- STUDY MATERIAL -
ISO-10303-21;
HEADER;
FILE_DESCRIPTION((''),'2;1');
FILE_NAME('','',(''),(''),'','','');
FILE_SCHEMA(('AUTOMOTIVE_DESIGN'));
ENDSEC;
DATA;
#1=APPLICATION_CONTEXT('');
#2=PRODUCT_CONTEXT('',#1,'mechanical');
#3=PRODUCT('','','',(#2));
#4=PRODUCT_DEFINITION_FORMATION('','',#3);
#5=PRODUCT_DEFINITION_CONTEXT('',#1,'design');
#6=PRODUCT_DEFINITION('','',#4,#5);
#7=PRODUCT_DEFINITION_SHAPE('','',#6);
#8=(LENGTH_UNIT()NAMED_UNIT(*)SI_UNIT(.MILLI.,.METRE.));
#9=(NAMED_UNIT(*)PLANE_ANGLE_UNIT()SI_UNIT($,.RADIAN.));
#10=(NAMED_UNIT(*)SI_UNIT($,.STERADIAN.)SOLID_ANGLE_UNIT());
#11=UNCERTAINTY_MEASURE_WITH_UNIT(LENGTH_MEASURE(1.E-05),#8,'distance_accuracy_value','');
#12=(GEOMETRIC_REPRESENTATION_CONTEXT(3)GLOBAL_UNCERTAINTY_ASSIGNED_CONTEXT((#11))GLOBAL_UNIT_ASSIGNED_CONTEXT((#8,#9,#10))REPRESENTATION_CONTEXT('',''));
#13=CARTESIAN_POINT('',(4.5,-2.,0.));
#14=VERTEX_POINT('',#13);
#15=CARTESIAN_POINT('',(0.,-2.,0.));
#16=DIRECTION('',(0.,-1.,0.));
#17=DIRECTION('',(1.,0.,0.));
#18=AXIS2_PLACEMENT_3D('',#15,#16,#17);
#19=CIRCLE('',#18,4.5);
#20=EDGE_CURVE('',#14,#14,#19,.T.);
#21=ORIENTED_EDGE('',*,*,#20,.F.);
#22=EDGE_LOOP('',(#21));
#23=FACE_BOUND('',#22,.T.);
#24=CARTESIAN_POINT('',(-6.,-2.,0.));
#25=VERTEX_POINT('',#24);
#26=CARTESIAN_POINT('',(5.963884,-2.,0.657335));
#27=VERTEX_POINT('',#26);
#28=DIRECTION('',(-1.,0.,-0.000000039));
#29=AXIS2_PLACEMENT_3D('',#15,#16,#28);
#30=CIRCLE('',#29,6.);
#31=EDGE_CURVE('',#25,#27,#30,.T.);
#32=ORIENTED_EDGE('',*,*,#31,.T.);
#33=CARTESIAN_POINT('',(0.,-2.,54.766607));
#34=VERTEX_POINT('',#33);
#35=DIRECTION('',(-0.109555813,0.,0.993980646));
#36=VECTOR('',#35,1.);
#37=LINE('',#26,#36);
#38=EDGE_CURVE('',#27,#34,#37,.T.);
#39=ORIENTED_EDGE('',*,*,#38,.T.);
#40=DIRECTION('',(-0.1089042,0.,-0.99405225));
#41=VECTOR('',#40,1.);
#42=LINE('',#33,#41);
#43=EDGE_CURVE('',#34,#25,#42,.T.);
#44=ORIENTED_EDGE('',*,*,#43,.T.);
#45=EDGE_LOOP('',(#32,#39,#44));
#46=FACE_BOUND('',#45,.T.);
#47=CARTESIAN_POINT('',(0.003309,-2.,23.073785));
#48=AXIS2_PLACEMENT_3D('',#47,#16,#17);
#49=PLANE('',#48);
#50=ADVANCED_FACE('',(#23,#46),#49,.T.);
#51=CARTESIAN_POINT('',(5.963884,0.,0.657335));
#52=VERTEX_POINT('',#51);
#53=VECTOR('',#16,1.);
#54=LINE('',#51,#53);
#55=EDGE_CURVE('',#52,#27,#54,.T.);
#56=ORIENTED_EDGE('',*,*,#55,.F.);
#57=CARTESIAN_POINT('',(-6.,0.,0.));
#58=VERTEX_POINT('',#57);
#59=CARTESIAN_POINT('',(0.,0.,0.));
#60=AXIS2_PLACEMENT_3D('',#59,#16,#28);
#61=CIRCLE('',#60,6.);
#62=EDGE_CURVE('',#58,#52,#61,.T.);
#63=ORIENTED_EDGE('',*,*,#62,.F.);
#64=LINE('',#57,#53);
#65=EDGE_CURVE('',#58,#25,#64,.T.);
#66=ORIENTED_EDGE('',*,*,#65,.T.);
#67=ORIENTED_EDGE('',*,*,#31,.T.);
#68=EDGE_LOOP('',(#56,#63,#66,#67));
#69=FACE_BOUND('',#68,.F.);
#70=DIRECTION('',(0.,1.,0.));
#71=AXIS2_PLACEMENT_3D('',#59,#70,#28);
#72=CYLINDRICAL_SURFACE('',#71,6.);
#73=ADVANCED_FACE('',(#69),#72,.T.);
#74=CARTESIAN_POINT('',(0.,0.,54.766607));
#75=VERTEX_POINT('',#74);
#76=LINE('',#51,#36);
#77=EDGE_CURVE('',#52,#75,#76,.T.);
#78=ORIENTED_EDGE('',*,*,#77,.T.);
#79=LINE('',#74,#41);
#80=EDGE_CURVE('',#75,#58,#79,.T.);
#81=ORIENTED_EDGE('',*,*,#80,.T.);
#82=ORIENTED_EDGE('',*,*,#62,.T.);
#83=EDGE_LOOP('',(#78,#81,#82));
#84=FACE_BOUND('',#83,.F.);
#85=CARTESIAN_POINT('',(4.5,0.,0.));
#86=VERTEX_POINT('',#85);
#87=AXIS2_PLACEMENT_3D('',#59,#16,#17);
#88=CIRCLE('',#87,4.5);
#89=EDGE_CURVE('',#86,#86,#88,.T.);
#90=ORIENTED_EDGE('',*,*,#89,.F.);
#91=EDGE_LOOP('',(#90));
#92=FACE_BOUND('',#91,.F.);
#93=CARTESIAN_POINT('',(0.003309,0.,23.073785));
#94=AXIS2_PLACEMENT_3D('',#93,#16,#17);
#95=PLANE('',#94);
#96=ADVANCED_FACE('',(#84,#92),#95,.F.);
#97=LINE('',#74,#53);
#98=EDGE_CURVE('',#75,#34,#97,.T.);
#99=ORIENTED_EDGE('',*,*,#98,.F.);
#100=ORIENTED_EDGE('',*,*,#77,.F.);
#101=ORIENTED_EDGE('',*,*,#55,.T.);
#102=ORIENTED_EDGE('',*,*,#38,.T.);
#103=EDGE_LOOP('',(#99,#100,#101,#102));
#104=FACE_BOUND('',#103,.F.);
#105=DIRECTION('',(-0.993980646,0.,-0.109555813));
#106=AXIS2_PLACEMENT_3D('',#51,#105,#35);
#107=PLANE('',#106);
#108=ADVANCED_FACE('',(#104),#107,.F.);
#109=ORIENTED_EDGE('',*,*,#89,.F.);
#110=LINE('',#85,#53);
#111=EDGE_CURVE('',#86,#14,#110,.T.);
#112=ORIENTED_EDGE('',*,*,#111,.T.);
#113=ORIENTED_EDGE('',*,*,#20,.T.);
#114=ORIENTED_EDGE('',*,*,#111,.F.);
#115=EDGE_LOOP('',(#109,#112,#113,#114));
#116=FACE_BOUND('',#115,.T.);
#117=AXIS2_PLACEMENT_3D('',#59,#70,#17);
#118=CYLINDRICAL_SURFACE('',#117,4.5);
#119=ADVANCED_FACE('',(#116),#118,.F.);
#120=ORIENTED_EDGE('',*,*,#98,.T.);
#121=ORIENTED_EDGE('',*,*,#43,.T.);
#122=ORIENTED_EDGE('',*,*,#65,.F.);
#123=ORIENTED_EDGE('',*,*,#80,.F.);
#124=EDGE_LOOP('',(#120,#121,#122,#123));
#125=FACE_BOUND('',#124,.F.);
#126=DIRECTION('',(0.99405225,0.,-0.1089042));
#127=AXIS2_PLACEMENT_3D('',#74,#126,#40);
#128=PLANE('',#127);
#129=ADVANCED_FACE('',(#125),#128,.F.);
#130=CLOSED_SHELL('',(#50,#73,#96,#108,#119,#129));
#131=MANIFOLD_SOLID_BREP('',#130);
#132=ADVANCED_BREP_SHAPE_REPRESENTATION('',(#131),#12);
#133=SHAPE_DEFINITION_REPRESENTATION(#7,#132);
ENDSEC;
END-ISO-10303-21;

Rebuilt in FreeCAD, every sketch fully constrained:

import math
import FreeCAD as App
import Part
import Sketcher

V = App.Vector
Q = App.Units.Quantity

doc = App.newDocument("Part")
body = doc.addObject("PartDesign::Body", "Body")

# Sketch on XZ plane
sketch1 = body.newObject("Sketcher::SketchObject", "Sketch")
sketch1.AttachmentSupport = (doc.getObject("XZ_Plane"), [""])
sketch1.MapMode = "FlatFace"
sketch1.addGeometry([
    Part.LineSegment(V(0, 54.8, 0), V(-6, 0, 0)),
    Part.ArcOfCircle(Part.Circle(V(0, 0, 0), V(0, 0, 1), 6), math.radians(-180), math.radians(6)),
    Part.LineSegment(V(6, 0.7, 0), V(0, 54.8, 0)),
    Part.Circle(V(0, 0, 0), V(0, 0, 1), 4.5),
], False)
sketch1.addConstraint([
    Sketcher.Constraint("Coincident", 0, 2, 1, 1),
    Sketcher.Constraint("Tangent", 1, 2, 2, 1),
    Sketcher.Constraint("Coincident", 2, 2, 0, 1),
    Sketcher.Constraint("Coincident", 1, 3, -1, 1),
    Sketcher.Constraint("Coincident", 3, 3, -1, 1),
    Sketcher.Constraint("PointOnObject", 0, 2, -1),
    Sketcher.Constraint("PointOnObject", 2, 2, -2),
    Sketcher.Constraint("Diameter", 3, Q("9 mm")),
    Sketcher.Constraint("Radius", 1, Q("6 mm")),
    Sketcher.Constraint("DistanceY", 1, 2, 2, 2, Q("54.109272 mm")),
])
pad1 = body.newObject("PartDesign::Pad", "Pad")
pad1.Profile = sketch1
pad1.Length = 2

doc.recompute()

* * *

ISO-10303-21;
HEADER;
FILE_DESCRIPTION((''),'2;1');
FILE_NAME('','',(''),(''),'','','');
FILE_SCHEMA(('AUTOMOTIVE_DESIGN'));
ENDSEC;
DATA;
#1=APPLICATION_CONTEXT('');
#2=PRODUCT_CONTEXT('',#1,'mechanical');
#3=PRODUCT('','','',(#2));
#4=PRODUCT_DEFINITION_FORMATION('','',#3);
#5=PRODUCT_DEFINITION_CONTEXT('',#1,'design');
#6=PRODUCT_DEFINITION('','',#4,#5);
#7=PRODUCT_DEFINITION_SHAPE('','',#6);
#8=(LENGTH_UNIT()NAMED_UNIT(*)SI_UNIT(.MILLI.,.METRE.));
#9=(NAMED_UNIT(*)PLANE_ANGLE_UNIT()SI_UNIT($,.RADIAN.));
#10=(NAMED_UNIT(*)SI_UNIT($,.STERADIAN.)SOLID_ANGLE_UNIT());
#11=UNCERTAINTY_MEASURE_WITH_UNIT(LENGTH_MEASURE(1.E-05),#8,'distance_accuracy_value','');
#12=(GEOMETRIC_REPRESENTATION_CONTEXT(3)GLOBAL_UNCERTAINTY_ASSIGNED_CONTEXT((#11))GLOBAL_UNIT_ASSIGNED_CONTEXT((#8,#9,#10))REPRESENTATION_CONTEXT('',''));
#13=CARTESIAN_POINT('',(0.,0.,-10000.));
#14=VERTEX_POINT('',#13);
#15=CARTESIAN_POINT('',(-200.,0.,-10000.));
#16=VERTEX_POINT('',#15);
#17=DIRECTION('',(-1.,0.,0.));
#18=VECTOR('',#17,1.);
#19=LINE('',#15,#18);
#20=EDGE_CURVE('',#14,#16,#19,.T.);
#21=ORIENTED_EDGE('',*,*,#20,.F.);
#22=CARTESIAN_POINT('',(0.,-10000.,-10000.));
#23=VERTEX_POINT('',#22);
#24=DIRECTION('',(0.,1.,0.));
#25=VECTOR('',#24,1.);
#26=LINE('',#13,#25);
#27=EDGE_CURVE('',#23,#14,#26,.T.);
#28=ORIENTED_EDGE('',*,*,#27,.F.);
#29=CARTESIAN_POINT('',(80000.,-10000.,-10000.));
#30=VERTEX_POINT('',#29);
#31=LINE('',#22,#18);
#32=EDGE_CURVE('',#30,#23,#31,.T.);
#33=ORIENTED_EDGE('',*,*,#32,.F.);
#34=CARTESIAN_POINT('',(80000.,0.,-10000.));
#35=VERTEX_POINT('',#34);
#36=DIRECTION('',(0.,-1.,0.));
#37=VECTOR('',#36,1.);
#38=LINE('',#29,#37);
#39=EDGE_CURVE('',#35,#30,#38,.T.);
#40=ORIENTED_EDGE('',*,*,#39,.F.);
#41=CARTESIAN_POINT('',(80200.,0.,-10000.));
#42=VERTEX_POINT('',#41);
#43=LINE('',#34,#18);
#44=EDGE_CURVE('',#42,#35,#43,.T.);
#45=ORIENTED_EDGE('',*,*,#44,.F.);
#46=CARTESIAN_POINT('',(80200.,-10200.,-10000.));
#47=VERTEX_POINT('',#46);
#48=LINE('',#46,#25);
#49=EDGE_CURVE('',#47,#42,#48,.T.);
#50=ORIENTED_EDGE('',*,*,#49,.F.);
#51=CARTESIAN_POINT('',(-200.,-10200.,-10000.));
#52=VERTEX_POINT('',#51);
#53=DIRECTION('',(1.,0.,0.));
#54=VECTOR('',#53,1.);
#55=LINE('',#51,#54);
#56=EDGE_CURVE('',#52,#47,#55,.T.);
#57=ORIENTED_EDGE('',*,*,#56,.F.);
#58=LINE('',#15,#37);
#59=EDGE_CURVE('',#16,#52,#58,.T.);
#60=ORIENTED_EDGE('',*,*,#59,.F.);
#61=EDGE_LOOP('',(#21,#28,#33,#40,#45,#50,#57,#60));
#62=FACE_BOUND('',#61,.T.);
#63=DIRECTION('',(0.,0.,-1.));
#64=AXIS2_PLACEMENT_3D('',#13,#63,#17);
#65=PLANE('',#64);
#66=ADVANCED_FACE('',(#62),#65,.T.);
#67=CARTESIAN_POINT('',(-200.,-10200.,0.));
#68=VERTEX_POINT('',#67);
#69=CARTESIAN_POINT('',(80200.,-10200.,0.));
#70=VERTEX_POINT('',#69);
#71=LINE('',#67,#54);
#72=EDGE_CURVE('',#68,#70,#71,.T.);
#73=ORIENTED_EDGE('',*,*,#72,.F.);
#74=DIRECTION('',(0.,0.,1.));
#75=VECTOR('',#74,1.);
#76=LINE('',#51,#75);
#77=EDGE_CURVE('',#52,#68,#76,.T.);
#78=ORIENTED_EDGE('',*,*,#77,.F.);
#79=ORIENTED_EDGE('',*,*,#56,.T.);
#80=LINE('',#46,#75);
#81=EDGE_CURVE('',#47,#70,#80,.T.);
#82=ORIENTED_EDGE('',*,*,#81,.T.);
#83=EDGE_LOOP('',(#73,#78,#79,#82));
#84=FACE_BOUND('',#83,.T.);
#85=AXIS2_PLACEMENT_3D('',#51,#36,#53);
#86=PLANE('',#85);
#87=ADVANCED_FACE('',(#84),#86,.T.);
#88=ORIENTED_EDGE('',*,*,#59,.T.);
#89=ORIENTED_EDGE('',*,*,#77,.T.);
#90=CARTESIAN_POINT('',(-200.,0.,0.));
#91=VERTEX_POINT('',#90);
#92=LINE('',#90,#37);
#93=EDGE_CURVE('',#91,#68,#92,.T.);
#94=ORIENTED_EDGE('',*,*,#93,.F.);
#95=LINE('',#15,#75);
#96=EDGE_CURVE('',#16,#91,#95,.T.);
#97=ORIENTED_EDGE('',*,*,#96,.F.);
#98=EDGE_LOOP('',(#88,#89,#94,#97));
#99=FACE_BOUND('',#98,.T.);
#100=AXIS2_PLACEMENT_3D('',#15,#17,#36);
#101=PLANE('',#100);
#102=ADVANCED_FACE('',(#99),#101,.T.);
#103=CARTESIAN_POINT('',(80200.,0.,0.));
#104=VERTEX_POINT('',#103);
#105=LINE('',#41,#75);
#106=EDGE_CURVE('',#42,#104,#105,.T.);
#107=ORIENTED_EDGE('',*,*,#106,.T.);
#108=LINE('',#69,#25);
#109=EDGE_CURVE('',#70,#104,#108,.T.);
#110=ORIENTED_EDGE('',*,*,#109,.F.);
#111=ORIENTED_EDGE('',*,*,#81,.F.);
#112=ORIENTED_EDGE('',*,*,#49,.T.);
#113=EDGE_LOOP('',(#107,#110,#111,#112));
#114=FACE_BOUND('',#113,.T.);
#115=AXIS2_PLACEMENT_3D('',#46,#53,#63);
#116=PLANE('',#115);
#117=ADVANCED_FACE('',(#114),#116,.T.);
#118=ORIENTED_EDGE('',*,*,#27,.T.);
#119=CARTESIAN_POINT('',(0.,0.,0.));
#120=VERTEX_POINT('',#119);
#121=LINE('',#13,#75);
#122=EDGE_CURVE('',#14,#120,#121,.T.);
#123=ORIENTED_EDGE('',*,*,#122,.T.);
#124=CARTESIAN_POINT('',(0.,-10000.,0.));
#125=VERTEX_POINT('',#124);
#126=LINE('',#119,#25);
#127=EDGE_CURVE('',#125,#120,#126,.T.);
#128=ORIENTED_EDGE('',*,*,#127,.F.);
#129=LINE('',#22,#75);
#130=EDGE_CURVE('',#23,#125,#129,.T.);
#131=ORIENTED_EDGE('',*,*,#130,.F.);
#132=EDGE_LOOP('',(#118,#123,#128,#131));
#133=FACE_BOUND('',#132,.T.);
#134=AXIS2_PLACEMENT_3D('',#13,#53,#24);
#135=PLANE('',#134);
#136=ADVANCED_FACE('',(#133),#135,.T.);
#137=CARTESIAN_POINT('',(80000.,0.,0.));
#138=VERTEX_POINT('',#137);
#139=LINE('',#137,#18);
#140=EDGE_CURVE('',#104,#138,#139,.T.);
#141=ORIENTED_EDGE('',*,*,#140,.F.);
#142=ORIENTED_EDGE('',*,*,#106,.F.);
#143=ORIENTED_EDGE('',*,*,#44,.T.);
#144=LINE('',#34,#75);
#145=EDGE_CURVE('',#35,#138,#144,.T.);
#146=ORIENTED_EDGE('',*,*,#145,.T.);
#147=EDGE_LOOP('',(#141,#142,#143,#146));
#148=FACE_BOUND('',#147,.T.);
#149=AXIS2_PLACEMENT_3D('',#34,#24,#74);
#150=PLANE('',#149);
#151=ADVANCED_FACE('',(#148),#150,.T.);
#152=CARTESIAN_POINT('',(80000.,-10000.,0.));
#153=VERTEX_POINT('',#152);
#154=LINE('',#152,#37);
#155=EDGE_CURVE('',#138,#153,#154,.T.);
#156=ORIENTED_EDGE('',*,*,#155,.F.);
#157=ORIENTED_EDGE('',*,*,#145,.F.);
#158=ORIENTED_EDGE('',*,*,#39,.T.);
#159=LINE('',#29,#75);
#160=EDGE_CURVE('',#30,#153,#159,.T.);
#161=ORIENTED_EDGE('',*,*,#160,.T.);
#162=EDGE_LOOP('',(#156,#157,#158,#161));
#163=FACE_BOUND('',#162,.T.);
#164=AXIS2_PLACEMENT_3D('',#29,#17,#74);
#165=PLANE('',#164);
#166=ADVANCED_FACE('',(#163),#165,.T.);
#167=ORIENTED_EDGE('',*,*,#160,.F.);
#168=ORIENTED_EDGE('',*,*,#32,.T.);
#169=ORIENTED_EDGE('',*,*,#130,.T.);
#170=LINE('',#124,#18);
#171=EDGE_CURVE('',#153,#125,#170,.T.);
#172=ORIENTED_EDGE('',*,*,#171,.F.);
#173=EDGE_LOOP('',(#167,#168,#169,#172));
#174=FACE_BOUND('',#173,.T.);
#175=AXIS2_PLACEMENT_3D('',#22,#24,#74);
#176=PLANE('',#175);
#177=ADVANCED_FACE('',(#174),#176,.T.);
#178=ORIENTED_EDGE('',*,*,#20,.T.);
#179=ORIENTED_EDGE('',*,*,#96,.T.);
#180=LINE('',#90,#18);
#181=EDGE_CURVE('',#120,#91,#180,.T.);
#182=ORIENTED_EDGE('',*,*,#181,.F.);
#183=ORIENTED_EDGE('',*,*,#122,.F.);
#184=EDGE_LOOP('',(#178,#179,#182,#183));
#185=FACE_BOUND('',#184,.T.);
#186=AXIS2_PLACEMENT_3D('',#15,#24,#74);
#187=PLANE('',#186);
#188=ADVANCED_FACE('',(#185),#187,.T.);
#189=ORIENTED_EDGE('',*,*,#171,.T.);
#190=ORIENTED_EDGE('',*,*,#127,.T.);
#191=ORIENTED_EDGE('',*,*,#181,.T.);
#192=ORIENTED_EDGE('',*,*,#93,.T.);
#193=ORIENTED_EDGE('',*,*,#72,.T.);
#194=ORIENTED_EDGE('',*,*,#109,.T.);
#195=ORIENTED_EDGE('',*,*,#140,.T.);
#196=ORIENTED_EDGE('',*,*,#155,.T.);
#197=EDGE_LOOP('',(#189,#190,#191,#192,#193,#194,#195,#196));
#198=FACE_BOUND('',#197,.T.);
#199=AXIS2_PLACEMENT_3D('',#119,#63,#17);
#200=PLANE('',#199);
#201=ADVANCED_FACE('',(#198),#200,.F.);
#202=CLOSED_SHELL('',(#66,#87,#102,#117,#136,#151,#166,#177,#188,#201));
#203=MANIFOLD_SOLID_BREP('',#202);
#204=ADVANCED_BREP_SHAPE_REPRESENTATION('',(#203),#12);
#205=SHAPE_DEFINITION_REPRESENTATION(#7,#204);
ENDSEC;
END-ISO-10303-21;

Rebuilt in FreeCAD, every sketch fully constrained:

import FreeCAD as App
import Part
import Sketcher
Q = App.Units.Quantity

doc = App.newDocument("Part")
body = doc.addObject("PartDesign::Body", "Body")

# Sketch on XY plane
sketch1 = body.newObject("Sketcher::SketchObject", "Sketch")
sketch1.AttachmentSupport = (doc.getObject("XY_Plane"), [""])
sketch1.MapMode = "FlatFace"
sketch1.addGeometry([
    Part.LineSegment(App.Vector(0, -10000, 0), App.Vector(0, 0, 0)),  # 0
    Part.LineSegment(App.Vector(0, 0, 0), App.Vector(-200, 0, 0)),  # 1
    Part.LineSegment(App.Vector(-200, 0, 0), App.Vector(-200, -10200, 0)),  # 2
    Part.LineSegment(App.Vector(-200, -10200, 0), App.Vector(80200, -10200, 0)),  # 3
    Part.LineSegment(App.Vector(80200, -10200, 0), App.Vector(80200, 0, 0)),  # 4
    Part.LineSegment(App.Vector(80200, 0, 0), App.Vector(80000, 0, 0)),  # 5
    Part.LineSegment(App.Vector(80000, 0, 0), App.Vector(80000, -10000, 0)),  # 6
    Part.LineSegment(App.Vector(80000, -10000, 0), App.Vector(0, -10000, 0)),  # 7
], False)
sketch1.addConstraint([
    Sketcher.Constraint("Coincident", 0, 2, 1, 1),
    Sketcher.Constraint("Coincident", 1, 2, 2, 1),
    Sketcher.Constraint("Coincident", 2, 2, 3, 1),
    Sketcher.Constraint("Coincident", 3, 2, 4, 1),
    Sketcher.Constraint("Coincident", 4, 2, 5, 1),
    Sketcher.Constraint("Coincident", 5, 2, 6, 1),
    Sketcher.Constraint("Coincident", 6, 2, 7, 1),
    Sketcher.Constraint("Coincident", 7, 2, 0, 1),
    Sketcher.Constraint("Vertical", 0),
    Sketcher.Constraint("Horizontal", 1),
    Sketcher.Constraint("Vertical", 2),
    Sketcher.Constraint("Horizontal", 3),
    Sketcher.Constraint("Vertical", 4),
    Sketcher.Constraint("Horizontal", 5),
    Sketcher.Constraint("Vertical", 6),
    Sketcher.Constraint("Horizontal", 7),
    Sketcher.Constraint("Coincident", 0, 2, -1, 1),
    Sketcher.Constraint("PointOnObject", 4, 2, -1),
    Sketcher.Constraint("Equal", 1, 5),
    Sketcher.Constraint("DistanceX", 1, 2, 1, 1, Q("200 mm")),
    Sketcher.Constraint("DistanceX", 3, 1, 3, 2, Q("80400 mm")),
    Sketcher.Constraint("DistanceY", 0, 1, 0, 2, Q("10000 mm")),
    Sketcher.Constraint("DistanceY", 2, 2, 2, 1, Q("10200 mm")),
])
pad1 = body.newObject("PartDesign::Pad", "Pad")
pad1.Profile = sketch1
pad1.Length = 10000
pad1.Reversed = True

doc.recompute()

- TO DO -
Among the entries above, find the line with "#38=EDGE_CURVE('',#27,#34,#37,.T.);" and the line with "#47=CARTESIAN_POINT('',(0.003309,-2.,23.073785));"; give again exactly these two lines and all lines between them.

- THE ANSWER -
#38=EDGE_CURVE('',#27,#34,#37,.T.);
#39=ORIENTED_EDGE('',*,*,#38,.T.);
#40=DIRECTION('',(-0.1089042,0.,-0.99405225));
#41=VECTOR('',#40,1.);
#42=LINE('',#33,#41);
#43=EDGE_CURVE('',#34,#25,#42,.T.);
#44=ORIENTED_EDGE('',*,*,#43,.T.);
#45=EDGE_LOOP('',(#32,#39,#44));
#46=FACE_BOUND('',#45,.T.);
#47=CARTESIAN_POINT('',(0.003309,-2.,23.073785));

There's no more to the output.